Within the entries below, the lines from the one with "27.514718626), (-45.305057501, 36))" through the one with "# Çizim13 → Kes-Ekstrüzyon6 (cut)" are to be set down exactly, both ends kept.
╭──
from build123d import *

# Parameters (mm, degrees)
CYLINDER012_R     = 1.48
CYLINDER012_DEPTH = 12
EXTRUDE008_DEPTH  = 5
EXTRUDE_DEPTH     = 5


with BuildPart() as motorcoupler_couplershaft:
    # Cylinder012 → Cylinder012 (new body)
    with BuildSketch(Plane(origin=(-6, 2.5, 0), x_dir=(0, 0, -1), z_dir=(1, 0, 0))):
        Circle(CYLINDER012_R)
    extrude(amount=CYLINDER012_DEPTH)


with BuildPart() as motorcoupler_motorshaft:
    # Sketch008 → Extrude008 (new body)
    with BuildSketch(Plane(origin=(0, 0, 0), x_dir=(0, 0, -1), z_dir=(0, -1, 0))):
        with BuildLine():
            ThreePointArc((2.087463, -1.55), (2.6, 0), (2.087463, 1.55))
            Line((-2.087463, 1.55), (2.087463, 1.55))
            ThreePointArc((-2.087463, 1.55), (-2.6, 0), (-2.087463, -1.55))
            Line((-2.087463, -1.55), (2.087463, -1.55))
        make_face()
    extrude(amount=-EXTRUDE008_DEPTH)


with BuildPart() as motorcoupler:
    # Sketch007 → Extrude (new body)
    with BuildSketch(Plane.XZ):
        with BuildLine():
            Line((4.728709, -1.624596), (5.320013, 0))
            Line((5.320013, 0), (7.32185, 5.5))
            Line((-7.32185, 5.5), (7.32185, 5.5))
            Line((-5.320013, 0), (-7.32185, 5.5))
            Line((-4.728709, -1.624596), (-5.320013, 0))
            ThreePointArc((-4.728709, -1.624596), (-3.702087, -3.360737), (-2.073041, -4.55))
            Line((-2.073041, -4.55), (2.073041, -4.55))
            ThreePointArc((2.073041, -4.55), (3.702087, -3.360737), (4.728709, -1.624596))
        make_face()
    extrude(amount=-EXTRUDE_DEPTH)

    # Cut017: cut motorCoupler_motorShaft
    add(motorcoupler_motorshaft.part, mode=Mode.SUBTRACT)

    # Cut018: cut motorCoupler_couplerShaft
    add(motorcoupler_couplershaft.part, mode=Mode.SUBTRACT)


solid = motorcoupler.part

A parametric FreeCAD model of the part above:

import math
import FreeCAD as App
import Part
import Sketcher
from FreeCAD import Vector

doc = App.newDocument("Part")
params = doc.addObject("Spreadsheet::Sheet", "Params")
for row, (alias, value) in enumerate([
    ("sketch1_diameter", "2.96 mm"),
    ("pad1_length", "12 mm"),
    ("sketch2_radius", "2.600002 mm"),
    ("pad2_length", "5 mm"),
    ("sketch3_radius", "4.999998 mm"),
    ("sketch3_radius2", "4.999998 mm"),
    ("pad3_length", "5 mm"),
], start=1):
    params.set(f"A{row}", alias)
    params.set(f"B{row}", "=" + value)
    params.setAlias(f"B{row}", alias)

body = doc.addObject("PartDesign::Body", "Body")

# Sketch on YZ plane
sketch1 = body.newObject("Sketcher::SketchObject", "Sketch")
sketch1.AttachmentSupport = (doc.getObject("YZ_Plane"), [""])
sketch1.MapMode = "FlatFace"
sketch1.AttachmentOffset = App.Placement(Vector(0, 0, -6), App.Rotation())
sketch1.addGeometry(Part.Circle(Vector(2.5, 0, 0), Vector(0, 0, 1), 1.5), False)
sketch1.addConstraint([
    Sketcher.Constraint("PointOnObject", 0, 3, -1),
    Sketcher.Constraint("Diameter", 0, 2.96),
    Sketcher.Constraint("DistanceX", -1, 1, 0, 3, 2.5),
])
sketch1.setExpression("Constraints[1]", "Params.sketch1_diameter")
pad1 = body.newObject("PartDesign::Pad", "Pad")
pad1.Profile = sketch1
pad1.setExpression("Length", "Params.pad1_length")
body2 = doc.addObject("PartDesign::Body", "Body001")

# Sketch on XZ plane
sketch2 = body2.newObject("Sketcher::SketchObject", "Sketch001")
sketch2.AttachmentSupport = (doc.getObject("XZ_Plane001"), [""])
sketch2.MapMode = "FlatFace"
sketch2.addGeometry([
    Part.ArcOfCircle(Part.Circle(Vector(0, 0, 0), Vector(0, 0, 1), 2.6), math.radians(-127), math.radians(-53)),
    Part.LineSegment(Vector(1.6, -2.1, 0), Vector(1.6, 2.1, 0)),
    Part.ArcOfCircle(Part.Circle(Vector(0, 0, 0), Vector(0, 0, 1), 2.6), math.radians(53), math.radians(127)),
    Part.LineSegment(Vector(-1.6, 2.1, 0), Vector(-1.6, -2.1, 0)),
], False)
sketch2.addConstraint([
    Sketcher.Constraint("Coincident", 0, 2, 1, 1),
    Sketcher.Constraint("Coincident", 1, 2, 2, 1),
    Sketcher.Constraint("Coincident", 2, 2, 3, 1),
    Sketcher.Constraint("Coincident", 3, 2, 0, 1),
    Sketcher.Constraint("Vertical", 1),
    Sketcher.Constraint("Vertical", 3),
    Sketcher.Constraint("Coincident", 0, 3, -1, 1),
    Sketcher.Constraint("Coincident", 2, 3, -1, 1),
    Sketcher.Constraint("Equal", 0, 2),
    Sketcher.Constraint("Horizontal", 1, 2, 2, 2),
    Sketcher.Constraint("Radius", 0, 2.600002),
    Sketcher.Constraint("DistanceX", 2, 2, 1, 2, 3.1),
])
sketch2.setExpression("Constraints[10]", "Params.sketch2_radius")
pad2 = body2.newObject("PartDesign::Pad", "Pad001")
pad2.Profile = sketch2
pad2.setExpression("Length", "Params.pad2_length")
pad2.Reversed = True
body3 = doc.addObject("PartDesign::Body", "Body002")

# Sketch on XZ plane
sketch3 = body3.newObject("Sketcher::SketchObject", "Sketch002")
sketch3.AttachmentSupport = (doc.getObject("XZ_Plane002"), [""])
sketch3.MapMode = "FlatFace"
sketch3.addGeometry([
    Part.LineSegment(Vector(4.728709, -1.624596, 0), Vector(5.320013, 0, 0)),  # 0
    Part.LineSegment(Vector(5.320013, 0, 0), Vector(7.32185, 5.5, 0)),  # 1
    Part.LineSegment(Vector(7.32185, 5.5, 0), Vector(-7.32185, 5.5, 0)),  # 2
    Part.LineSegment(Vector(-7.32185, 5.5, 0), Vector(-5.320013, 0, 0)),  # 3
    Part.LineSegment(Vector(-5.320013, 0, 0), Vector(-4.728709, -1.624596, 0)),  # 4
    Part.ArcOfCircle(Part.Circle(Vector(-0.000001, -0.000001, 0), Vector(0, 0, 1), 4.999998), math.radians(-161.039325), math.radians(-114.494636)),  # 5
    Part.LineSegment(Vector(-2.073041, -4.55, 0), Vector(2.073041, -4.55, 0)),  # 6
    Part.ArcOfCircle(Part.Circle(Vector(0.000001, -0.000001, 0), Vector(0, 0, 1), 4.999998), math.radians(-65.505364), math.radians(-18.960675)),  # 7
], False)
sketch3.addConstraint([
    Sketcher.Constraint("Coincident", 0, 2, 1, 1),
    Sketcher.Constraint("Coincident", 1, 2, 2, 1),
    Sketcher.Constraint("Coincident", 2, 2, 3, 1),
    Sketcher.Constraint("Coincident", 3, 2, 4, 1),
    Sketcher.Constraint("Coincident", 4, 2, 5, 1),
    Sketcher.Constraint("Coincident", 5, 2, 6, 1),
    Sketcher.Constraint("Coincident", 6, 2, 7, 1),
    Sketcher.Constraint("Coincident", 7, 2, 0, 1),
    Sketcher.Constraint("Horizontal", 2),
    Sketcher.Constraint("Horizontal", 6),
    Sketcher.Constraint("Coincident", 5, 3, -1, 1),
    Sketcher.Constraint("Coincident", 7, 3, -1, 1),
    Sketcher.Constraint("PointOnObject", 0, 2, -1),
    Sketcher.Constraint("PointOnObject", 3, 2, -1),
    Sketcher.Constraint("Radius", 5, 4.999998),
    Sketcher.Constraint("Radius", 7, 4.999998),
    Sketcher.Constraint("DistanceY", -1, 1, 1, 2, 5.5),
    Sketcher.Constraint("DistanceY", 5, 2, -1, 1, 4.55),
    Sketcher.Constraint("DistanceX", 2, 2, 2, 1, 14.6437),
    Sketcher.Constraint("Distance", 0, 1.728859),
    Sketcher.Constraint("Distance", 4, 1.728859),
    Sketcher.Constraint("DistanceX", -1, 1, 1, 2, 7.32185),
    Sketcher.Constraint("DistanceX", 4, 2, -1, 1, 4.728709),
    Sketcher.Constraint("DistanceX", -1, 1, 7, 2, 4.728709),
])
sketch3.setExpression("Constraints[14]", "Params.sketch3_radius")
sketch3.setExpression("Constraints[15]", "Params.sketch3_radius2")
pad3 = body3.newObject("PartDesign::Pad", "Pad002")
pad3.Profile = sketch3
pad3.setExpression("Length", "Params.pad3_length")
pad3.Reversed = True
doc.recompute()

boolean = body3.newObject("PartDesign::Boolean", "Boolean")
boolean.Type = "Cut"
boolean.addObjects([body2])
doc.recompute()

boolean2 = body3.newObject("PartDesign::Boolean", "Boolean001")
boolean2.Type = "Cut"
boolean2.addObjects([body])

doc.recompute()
╰──
╭──
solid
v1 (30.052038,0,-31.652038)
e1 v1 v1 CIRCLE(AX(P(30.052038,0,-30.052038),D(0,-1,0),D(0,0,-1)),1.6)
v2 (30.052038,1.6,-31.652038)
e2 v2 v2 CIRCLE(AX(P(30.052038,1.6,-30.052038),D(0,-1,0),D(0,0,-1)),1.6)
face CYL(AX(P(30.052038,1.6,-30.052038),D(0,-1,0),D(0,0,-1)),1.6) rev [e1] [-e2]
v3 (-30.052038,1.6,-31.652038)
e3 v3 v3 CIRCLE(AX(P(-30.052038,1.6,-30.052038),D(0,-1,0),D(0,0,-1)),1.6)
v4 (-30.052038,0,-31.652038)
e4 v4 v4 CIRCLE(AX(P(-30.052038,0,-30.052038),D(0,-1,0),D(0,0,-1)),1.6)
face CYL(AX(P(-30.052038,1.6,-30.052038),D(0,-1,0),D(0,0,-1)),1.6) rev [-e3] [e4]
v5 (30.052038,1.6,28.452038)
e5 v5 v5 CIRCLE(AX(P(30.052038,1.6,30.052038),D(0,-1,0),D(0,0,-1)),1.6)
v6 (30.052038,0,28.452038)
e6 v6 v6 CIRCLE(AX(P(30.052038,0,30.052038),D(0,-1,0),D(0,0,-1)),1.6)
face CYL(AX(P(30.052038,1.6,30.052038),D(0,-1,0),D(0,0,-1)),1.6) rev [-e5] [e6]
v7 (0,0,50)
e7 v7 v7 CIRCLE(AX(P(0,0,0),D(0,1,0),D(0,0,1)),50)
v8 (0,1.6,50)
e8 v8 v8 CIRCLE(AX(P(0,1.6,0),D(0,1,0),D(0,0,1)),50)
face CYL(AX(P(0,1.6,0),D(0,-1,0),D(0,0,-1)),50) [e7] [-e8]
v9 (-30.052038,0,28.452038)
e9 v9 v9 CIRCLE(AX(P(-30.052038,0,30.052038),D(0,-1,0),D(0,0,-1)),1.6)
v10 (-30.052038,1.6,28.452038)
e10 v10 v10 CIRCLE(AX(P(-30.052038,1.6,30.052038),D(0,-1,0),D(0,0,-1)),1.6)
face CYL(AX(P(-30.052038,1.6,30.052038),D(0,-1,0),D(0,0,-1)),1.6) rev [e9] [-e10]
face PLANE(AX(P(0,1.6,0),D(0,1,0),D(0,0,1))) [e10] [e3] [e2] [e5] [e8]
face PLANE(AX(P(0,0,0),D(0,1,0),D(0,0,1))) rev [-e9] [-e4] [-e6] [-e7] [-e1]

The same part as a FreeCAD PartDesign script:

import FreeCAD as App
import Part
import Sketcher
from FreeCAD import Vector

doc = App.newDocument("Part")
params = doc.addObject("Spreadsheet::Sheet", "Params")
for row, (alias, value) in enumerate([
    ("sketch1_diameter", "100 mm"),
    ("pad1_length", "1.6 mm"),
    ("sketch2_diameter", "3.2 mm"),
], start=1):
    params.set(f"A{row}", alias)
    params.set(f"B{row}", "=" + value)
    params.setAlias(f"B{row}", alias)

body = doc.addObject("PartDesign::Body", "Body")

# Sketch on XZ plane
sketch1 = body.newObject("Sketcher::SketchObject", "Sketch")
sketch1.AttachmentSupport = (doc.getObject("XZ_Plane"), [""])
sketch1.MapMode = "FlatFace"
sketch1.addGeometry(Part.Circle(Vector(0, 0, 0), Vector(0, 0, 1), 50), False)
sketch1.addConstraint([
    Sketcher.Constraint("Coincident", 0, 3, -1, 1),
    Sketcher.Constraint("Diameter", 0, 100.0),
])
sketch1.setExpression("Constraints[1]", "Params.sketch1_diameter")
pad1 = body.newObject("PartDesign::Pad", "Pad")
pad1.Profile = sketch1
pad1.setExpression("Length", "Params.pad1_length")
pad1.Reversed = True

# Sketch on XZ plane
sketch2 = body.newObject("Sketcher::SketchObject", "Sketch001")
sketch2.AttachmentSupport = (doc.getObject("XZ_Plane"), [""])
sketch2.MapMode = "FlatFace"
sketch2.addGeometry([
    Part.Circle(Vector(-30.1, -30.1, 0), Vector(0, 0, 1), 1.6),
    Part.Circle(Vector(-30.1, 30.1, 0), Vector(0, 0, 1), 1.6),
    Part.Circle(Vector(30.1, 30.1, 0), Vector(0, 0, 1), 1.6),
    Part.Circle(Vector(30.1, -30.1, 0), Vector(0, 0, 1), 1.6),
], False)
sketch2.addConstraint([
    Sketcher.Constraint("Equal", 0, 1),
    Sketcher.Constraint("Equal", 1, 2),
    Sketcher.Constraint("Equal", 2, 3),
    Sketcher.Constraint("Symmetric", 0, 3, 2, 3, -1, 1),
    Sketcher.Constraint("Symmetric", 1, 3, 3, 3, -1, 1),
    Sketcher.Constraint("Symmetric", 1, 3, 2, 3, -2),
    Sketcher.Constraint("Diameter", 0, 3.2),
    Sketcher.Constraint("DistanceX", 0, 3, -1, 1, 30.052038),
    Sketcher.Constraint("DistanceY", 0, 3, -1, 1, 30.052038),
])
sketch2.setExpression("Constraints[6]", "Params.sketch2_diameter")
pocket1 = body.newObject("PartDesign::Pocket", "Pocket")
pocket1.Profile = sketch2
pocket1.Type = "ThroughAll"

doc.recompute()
╰──
╭──
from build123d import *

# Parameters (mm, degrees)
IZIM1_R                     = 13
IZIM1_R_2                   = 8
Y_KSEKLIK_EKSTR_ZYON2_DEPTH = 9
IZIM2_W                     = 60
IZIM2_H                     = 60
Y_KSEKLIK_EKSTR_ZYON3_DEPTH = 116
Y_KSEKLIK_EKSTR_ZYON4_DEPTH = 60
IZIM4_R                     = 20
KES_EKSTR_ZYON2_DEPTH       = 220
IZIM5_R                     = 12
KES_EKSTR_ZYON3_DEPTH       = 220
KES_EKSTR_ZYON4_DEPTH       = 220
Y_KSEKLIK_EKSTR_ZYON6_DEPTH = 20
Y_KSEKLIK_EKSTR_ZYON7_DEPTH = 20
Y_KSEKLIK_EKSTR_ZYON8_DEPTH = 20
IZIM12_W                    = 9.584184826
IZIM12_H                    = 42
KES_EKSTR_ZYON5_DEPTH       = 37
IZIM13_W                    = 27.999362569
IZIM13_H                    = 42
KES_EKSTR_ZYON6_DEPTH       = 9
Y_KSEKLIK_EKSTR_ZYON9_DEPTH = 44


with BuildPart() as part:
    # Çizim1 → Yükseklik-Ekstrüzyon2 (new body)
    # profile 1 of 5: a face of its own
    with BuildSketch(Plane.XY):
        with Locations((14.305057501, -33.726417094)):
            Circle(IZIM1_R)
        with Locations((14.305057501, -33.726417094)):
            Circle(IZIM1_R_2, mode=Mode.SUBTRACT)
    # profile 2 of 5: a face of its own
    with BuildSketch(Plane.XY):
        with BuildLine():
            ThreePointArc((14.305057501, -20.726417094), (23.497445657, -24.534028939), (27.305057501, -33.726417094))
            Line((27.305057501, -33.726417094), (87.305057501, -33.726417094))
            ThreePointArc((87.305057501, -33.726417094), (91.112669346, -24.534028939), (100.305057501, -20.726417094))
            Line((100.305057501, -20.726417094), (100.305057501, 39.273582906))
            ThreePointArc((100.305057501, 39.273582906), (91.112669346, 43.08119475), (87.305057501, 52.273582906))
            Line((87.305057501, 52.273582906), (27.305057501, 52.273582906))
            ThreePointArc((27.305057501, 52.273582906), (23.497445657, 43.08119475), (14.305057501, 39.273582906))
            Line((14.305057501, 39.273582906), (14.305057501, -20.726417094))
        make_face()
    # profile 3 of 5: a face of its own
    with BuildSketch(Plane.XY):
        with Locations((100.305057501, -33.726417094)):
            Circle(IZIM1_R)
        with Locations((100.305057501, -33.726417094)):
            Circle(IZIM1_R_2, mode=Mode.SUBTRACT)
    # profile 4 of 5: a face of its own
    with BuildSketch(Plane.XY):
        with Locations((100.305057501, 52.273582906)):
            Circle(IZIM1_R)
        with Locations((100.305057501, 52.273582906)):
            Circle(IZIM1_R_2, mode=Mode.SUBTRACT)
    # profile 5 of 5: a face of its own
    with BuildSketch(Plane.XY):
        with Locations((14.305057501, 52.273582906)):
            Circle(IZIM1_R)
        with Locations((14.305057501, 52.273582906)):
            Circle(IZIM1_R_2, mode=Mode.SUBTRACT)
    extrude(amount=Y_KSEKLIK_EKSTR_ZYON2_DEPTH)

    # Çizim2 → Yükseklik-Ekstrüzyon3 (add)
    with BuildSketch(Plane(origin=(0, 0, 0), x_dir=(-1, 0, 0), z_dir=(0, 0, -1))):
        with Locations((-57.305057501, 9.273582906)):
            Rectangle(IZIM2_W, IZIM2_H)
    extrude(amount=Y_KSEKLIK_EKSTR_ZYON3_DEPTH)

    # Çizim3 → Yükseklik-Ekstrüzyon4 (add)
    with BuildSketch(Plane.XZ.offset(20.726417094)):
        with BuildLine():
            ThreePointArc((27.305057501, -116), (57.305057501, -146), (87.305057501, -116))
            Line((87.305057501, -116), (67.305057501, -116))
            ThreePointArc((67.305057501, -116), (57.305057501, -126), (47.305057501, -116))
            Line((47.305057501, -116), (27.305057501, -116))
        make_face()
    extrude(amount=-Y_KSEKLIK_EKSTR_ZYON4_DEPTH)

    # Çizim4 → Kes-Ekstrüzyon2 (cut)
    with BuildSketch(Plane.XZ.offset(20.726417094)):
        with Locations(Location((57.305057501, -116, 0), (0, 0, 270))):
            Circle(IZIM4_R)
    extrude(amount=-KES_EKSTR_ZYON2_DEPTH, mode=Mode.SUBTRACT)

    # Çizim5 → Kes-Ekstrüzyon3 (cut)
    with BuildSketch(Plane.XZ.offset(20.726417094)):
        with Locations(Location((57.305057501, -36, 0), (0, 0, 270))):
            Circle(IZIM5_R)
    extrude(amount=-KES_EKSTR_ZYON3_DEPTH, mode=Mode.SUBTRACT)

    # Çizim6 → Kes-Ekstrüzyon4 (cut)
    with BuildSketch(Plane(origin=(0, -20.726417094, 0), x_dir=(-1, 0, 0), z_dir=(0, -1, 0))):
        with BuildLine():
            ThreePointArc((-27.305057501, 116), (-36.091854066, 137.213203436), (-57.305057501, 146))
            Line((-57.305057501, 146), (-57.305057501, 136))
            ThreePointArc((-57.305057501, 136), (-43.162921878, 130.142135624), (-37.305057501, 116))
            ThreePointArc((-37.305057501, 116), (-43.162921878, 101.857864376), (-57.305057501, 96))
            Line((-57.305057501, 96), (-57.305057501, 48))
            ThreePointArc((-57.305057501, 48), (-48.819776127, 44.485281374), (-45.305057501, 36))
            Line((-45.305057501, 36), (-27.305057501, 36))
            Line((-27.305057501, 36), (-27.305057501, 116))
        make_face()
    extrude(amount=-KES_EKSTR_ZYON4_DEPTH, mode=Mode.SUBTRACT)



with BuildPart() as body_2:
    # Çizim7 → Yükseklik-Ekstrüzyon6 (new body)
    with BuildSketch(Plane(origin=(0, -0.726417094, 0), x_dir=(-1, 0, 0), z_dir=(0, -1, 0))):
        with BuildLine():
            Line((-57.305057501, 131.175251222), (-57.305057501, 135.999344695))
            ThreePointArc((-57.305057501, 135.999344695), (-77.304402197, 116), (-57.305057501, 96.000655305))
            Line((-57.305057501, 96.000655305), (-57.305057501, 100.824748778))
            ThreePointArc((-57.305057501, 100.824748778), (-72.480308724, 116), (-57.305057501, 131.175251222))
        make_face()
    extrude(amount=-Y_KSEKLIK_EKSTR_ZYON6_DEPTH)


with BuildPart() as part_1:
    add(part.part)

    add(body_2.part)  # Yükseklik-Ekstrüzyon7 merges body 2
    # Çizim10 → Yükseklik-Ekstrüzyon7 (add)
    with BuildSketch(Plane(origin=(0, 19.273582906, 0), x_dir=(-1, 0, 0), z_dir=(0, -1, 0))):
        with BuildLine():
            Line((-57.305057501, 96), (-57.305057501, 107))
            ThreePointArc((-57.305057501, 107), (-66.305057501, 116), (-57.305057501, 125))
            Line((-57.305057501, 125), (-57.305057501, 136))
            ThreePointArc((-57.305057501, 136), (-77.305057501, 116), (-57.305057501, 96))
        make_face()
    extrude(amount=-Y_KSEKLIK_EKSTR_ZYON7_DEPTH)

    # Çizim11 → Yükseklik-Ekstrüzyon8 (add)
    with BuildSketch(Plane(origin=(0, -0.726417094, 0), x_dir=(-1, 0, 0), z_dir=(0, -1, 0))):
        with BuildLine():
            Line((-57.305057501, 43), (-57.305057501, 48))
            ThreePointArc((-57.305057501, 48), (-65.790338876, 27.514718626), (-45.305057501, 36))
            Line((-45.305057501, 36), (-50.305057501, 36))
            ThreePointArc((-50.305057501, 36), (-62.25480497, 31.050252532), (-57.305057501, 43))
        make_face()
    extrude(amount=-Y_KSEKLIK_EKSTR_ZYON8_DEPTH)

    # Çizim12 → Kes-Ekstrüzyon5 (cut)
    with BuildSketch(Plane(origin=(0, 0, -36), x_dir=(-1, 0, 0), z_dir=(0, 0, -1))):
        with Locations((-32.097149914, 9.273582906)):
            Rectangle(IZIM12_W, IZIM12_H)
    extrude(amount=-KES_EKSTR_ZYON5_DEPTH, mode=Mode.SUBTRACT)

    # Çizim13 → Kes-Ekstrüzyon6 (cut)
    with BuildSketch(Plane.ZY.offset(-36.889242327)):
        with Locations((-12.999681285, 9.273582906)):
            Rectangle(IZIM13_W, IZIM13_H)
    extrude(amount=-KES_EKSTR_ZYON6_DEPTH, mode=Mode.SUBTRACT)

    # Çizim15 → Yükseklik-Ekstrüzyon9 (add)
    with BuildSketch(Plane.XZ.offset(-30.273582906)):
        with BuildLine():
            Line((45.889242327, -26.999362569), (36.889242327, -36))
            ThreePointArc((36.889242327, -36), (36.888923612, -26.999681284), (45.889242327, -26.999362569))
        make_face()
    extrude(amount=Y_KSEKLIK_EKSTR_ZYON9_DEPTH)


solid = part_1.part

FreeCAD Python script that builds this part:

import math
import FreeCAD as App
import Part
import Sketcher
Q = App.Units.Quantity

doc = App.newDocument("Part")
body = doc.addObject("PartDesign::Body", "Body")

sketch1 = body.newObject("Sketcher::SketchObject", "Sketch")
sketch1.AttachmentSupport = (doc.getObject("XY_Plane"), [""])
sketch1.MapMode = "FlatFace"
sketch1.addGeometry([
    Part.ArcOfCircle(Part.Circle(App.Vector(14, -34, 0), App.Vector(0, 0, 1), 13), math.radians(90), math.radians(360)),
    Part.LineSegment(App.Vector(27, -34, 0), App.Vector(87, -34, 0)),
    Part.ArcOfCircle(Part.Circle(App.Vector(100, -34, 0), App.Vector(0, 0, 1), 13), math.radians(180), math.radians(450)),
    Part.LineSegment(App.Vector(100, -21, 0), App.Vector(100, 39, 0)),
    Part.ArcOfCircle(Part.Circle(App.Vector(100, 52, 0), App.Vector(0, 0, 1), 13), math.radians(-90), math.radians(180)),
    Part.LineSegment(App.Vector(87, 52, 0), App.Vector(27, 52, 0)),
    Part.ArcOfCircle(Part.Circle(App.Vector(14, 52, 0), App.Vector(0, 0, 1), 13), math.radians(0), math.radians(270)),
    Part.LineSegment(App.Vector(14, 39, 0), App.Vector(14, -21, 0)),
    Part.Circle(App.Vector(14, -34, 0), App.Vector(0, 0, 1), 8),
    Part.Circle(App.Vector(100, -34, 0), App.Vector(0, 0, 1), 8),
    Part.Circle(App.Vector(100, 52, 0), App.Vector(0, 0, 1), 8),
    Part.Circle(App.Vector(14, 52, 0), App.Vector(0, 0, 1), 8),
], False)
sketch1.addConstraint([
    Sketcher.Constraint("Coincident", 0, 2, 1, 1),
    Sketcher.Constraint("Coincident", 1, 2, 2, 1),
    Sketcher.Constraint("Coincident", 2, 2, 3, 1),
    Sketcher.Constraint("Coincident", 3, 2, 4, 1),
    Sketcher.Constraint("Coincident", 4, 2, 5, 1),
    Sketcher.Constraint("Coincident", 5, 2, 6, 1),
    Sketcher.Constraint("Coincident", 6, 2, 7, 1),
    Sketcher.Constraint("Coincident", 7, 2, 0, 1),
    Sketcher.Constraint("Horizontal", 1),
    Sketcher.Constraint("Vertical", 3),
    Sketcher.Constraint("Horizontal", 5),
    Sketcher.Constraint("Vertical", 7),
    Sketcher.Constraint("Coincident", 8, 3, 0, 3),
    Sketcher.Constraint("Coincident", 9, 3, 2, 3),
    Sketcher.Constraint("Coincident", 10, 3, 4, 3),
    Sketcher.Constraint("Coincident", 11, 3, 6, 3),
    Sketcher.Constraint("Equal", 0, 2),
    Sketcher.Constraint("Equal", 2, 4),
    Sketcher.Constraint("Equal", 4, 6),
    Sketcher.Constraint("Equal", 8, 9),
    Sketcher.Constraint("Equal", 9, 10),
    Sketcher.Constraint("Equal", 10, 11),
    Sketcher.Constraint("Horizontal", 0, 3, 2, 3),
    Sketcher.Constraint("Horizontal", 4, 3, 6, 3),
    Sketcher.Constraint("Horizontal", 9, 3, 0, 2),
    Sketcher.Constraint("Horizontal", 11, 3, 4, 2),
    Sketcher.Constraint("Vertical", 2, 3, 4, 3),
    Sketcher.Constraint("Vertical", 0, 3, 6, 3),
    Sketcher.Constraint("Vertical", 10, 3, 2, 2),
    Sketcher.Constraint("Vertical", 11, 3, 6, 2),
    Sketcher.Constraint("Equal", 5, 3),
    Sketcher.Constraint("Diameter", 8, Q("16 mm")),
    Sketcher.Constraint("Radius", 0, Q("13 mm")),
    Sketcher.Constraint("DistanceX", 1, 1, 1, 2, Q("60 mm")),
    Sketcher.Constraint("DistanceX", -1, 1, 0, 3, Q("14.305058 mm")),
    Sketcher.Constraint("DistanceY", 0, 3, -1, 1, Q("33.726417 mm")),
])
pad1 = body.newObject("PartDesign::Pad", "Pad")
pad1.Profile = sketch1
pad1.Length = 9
╰──
--- COMPLETED TASK ---
            ThreePointArc((-57.305057501, 48), (-65.790338876, 27.514718626), (-45.305057501, 36))
            Line((-45.305057501, 36), (-50.305057501, 36))
            ThreePointArc((-50.305057501, 36), (-62.25480497, 31.050252532), (-57.305057501, 43))
        make_face()
    extrude(amount=-Y_KSEKLIK_EKSTR_ZYON8_DEPTH)

    # Çizim12 → Kes-Ekstrüzyon5 (cut)
    with BuildSketch(Plane(origin=(0, 0, -36), x_dir=(-1, 0, 0), z_dir=(0, 0, -1))):
        with Locations((-32.097149914, 9.273582906)):
            Rectangle(IZIM12_W, IZIM12_H)
    extrude(amount=-KES_EKSTR_ZYON5_DEPTH, mode=Mode.SUBTRACT)

    # Çizim13 → Kes-Ekstrüzyon6 (cut)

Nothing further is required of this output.